Pasgeborenen kunnen direct na de geboorte of in de eerste week al direct onder
de pustels zitten. Meestal gaat het om de self-limiting aandoening erythema toxicum neonatorum, dat bij circa 30% van de pasgeborenen
voorkomt. Maar ook acneïforme erupties en vesiculopustuleuze infecties kunnen
ontstaan.
Erythema toxicum neonatorum is een goedaardige, vaak
voorkomende (circa 30% van pasgeborenen) en vanzelf voorbijgaande pustuleuze
eruptie bij neonaten. Het ontstaat in de eerste 2 weken, meestal 1-3 dagen na
de geboorte. Klinisch zijn er 1-2 mm grote pusteltjes, papeltjes en kleine erythemateuze
macula.
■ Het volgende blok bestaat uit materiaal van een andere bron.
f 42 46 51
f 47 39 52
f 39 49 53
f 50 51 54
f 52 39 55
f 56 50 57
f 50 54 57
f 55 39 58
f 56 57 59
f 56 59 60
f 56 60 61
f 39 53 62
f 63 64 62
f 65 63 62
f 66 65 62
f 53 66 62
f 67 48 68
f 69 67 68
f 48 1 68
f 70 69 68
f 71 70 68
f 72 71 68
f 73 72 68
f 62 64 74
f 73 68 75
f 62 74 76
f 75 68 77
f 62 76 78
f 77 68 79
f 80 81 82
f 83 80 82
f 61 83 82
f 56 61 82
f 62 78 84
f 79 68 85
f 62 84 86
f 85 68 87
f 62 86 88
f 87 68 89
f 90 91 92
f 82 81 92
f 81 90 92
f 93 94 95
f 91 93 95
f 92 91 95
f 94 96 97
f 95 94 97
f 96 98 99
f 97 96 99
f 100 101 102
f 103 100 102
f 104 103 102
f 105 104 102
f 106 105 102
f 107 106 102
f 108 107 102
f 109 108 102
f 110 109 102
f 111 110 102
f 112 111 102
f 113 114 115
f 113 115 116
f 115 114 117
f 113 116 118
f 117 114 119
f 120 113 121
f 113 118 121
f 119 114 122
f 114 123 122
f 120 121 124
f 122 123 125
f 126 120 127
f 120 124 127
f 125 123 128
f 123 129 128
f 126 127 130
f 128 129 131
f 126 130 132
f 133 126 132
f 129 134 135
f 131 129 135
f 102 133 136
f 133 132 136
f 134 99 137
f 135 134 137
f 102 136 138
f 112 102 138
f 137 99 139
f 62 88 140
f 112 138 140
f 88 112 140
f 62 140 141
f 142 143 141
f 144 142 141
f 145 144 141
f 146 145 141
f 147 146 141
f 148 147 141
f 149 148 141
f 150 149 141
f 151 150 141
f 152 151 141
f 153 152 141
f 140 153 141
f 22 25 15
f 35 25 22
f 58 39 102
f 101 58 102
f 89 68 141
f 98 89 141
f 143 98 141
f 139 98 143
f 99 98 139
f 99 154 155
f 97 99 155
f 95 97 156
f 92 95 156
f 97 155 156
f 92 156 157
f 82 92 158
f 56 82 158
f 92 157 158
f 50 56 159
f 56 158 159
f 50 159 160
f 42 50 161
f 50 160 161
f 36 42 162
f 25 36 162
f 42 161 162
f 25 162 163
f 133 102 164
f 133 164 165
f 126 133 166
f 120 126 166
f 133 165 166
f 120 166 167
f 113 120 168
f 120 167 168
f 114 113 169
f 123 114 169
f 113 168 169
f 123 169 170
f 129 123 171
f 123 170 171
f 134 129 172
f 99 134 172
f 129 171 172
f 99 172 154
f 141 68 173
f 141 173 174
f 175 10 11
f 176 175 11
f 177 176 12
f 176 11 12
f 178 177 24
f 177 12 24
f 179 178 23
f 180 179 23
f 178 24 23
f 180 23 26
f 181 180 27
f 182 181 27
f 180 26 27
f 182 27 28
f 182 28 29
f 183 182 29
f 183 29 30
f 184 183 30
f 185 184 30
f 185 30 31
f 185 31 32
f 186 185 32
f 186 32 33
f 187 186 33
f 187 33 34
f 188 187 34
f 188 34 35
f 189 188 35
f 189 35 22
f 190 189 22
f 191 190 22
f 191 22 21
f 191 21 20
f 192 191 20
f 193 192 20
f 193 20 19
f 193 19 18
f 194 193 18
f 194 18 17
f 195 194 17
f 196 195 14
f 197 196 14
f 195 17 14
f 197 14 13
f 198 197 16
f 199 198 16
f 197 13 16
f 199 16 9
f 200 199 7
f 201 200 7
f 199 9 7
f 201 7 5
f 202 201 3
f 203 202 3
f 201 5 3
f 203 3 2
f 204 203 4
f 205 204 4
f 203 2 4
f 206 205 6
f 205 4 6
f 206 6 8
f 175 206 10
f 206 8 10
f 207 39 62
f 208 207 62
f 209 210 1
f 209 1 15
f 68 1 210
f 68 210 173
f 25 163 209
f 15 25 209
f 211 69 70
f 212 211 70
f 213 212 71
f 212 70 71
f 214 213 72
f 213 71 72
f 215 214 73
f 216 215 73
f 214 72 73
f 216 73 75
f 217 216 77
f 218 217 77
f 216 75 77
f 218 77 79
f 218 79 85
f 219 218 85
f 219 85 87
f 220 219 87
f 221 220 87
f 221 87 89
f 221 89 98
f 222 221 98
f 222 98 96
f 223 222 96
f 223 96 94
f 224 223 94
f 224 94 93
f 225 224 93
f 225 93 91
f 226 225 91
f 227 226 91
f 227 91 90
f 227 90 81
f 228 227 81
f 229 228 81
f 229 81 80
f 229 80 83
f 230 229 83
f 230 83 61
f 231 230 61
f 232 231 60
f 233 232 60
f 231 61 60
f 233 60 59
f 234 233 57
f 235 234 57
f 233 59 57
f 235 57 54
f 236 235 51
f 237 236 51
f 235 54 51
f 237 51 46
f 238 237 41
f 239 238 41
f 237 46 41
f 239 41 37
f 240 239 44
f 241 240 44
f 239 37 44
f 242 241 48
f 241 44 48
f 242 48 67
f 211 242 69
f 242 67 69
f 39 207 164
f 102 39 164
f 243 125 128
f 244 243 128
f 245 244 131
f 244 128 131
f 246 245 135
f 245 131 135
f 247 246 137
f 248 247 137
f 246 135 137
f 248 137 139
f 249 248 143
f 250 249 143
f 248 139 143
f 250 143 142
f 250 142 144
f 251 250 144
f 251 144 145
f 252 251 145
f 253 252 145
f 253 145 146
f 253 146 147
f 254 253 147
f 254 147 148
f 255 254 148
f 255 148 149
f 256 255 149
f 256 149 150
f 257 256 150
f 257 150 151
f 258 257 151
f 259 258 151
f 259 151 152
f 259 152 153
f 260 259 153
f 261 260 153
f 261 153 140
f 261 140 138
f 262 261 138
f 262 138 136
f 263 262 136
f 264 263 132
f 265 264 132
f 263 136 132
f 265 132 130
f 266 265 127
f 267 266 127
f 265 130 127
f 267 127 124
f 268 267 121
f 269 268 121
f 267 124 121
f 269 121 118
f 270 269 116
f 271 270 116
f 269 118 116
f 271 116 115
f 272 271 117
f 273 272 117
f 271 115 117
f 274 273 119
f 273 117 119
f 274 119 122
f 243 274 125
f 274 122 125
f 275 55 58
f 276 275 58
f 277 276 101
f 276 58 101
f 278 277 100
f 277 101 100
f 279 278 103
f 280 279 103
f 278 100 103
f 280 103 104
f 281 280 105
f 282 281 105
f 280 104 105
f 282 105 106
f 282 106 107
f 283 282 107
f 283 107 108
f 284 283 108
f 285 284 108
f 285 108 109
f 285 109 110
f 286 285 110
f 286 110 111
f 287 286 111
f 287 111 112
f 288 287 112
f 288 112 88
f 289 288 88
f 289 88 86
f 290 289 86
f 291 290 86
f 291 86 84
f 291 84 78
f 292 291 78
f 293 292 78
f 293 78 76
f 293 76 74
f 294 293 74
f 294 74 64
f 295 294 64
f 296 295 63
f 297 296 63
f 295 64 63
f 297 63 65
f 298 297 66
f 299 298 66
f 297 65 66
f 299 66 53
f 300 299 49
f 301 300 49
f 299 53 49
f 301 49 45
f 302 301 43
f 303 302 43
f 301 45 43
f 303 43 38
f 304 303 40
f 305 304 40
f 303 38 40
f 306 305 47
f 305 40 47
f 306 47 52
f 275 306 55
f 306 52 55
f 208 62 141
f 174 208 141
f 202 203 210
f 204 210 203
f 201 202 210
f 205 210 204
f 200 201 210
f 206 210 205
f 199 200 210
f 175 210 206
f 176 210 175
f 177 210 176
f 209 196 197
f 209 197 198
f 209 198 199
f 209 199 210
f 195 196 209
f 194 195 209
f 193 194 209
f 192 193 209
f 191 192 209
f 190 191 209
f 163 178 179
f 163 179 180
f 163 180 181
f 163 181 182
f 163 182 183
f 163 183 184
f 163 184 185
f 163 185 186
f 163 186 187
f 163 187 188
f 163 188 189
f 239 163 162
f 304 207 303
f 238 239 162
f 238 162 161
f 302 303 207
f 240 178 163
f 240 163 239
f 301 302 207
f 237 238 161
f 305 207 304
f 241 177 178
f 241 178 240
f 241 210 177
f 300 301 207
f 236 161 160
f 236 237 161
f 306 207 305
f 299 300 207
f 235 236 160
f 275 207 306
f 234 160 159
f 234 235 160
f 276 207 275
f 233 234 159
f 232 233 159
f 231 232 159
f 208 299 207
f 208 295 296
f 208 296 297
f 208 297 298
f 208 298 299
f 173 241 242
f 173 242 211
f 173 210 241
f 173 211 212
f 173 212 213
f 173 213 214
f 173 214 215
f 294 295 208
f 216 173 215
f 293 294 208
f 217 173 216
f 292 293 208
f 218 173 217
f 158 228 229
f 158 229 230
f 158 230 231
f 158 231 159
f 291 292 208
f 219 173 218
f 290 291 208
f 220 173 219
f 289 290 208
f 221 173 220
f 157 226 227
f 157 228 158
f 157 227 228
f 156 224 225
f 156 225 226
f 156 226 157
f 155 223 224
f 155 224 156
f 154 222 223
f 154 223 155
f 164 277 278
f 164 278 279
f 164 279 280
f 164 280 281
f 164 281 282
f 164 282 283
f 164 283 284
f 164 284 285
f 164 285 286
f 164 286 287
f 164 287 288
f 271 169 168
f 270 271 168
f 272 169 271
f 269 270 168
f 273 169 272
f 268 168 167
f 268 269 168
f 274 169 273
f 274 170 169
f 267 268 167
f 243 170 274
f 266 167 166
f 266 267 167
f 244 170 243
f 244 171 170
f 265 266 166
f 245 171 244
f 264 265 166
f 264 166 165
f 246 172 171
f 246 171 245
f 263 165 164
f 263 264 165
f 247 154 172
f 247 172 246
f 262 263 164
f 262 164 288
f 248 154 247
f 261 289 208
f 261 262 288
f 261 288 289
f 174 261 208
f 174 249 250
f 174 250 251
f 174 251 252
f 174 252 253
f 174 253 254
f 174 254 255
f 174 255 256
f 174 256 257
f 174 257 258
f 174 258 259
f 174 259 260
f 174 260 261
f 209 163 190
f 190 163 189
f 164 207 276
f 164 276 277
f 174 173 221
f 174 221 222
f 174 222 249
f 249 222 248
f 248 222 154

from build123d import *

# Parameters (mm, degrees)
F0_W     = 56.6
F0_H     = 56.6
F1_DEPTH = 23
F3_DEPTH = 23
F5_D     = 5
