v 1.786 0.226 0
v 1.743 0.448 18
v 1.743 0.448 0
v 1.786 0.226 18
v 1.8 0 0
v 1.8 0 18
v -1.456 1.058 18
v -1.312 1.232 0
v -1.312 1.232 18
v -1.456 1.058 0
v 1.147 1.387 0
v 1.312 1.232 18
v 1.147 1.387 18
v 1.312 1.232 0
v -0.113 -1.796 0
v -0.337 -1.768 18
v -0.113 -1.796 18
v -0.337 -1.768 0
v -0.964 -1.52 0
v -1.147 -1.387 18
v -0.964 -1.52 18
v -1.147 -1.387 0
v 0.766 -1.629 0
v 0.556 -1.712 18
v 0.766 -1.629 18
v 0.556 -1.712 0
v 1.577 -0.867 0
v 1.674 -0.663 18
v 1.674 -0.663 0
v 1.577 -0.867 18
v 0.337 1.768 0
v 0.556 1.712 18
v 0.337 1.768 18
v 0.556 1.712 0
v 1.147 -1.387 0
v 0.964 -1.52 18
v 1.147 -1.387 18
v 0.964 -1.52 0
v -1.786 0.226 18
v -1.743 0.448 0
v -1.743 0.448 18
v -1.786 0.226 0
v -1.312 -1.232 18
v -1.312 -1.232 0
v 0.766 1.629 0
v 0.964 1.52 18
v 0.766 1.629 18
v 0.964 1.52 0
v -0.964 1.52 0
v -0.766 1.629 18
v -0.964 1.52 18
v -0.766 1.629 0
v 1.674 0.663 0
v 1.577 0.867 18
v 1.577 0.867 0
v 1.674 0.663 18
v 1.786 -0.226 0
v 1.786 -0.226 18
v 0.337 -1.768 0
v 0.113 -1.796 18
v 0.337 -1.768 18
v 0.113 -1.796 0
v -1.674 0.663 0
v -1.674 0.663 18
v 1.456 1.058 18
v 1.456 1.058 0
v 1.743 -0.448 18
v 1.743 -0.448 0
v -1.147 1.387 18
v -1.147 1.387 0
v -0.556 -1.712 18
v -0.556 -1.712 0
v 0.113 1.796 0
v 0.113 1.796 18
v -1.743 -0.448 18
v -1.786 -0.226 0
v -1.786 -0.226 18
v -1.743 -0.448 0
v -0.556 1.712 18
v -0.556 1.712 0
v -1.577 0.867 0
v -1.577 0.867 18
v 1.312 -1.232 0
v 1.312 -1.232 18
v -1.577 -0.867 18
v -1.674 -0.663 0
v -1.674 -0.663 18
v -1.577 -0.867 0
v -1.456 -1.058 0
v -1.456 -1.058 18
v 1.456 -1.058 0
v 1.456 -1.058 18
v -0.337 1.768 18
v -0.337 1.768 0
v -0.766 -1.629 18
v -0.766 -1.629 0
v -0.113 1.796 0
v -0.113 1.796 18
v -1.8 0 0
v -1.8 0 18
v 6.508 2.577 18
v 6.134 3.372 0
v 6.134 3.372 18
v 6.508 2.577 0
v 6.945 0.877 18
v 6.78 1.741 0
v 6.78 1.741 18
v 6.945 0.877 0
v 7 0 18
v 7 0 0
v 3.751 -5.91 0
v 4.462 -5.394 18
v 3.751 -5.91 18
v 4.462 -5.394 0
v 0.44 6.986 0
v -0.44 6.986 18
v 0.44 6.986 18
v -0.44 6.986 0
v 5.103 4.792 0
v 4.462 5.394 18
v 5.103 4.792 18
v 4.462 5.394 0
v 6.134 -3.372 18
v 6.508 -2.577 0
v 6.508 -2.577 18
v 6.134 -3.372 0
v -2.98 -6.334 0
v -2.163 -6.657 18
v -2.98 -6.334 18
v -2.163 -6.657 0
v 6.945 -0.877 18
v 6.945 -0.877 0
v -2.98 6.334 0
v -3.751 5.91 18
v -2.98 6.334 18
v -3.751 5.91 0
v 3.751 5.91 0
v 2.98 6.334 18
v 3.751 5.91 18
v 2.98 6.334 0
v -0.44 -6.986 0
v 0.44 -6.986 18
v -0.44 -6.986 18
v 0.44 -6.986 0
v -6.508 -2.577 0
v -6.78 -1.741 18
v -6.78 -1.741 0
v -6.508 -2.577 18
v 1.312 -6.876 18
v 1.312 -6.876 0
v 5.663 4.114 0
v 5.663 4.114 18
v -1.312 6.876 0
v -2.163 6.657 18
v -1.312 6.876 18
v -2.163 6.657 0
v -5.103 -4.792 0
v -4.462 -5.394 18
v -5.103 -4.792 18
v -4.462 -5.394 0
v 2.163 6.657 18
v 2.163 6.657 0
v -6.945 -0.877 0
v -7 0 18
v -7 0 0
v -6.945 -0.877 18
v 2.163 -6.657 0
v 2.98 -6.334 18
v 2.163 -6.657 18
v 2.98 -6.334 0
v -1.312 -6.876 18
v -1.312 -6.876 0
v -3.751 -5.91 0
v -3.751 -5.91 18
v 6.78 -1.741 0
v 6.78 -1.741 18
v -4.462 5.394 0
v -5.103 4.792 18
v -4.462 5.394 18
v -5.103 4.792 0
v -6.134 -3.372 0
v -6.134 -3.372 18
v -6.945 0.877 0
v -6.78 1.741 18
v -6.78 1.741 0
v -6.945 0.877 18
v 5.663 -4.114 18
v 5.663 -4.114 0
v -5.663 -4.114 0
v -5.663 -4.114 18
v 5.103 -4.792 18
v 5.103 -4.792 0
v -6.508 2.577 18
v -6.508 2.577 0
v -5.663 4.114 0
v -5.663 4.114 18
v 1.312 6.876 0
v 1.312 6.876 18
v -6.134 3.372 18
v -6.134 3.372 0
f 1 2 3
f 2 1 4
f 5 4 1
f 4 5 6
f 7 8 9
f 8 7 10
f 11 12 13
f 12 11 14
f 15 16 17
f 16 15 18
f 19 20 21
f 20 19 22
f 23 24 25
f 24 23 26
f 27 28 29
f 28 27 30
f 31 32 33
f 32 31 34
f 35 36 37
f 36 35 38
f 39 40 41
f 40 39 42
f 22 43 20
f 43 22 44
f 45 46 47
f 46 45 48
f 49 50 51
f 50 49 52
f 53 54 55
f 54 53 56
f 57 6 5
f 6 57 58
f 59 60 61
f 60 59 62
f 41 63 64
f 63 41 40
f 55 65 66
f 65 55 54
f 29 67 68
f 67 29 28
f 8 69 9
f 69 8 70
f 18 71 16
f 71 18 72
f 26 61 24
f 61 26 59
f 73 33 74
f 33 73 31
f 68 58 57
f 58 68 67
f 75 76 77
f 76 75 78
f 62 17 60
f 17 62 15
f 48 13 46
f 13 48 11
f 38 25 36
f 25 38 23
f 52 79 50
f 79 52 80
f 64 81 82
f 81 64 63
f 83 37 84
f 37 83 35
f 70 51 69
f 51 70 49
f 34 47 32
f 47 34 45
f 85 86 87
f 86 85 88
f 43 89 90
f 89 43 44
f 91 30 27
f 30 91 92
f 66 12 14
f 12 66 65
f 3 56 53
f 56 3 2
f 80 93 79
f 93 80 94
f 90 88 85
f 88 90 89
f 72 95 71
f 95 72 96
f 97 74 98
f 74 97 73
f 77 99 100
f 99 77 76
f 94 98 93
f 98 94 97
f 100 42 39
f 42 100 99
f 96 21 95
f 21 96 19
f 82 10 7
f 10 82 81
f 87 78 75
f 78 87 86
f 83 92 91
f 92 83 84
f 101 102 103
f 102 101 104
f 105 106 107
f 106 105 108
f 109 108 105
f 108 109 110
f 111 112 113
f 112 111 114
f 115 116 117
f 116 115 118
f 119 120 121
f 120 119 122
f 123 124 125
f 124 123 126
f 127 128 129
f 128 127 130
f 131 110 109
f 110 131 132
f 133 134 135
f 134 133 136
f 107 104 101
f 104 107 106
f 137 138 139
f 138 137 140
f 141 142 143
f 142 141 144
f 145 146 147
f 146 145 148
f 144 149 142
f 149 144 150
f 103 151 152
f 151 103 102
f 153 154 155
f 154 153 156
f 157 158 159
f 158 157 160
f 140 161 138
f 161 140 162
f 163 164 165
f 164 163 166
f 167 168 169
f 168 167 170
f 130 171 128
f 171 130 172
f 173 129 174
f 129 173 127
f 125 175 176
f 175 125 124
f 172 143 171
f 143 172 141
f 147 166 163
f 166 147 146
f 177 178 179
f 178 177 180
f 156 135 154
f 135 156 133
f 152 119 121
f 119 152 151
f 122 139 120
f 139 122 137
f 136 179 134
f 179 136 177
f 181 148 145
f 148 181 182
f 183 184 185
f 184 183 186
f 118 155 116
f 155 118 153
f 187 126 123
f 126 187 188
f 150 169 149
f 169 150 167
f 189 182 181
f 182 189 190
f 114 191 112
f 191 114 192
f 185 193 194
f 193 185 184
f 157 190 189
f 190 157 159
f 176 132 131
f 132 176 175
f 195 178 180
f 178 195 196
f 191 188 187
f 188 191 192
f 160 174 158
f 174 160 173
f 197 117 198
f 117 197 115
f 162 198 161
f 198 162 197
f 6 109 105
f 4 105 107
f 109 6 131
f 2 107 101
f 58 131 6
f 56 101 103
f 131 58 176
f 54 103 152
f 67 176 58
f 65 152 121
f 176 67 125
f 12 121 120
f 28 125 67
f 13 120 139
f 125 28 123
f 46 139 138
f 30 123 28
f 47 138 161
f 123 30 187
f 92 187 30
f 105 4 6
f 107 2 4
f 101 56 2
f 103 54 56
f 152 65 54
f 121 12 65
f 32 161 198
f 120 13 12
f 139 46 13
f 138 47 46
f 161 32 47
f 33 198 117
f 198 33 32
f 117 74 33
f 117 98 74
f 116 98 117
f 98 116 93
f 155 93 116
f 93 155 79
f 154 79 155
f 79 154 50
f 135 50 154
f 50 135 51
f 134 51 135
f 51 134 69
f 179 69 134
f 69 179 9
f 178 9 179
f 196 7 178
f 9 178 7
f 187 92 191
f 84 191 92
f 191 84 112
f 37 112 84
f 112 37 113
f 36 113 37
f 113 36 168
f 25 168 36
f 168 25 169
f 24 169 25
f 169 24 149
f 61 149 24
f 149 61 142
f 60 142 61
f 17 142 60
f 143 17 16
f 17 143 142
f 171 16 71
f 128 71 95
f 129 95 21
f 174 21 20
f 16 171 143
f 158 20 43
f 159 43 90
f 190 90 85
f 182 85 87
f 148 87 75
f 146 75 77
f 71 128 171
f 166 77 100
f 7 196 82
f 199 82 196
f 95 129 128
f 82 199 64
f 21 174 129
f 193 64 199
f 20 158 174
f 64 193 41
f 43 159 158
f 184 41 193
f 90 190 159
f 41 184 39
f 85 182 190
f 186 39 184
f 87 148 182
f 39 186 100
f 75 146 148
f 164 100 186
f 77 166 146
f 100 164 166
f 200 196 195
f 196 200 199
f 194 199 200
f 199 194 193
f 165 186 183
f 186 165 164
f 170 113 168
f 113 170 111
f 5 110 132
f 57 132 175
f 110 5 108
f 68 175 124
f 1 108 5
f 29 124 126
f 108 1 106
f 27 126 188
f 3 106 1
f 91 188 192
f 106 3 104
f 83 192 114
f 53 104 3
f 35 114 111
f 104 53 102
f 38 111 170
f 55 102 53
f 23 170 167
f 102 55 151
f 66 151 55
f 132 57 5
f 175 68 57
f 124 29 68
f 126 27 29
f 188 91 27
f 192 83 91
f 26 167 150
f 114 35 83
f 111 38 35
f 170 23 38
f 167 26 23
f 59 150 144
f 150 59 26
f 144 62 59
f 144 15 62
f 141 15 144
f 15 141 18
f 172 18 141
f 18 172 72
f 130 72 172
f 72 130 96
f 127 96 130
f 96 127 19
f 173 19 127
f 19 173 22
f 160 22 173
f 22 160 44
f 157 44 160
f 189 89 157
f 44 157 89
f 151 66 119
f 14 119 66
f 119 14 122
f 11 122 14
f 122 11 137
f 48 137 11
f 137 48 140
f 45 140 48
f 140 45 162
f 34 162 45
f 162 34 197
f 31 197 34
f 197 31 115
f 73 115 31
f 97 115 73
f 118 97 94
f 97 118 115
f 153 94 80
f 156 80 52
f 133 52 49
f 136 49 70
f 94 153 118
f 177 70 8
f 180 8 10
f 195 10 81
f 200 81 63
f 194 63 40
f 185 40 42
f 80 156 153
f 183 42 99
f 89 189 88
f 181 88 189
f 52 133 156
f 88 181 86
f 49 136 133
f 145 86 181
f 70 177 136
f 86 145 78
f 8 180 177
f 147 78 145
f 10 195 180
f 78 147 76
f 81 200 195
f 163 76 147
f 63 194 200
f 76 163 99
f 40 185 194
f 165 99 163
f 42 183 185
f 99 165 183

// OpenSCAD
$fn = 50;


difference() {
	union() {
		cylinder(h = 18, r = 7.0000000000);
	}
	union() {
		translate(v = [0.0000000000, 0.0000000000, -100.0000000000]) {
			cylinder(h = 200, r = 1.8000000000);
		}
		cylinder(h = 18, r = 1.8000000000);
		cylinder(h = 18, r = 1.8000000000);
		cylinder(h = 18, r = 1.8000000000);
	}
}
Ze kunnen over het hele lichaam zitten, met een voorkeur voor het gezicht,
de romp, bovenarmen en billen. Niet op handpalmen of voetzolen. Het kunnen er
enkele zijn of honderden. De baby heeft er weinig last van, is niet ziek. Het
duurt enkele dagen tot weken, daarna verdwijnt het weer zonder littekens achter
te laten. De oorzaak is onbekend. Men denkt aan een niet specifieke reactie
op allerlei allergenen in de omgeving, waaronder bacteriën en gisten en verzorgingsproducten.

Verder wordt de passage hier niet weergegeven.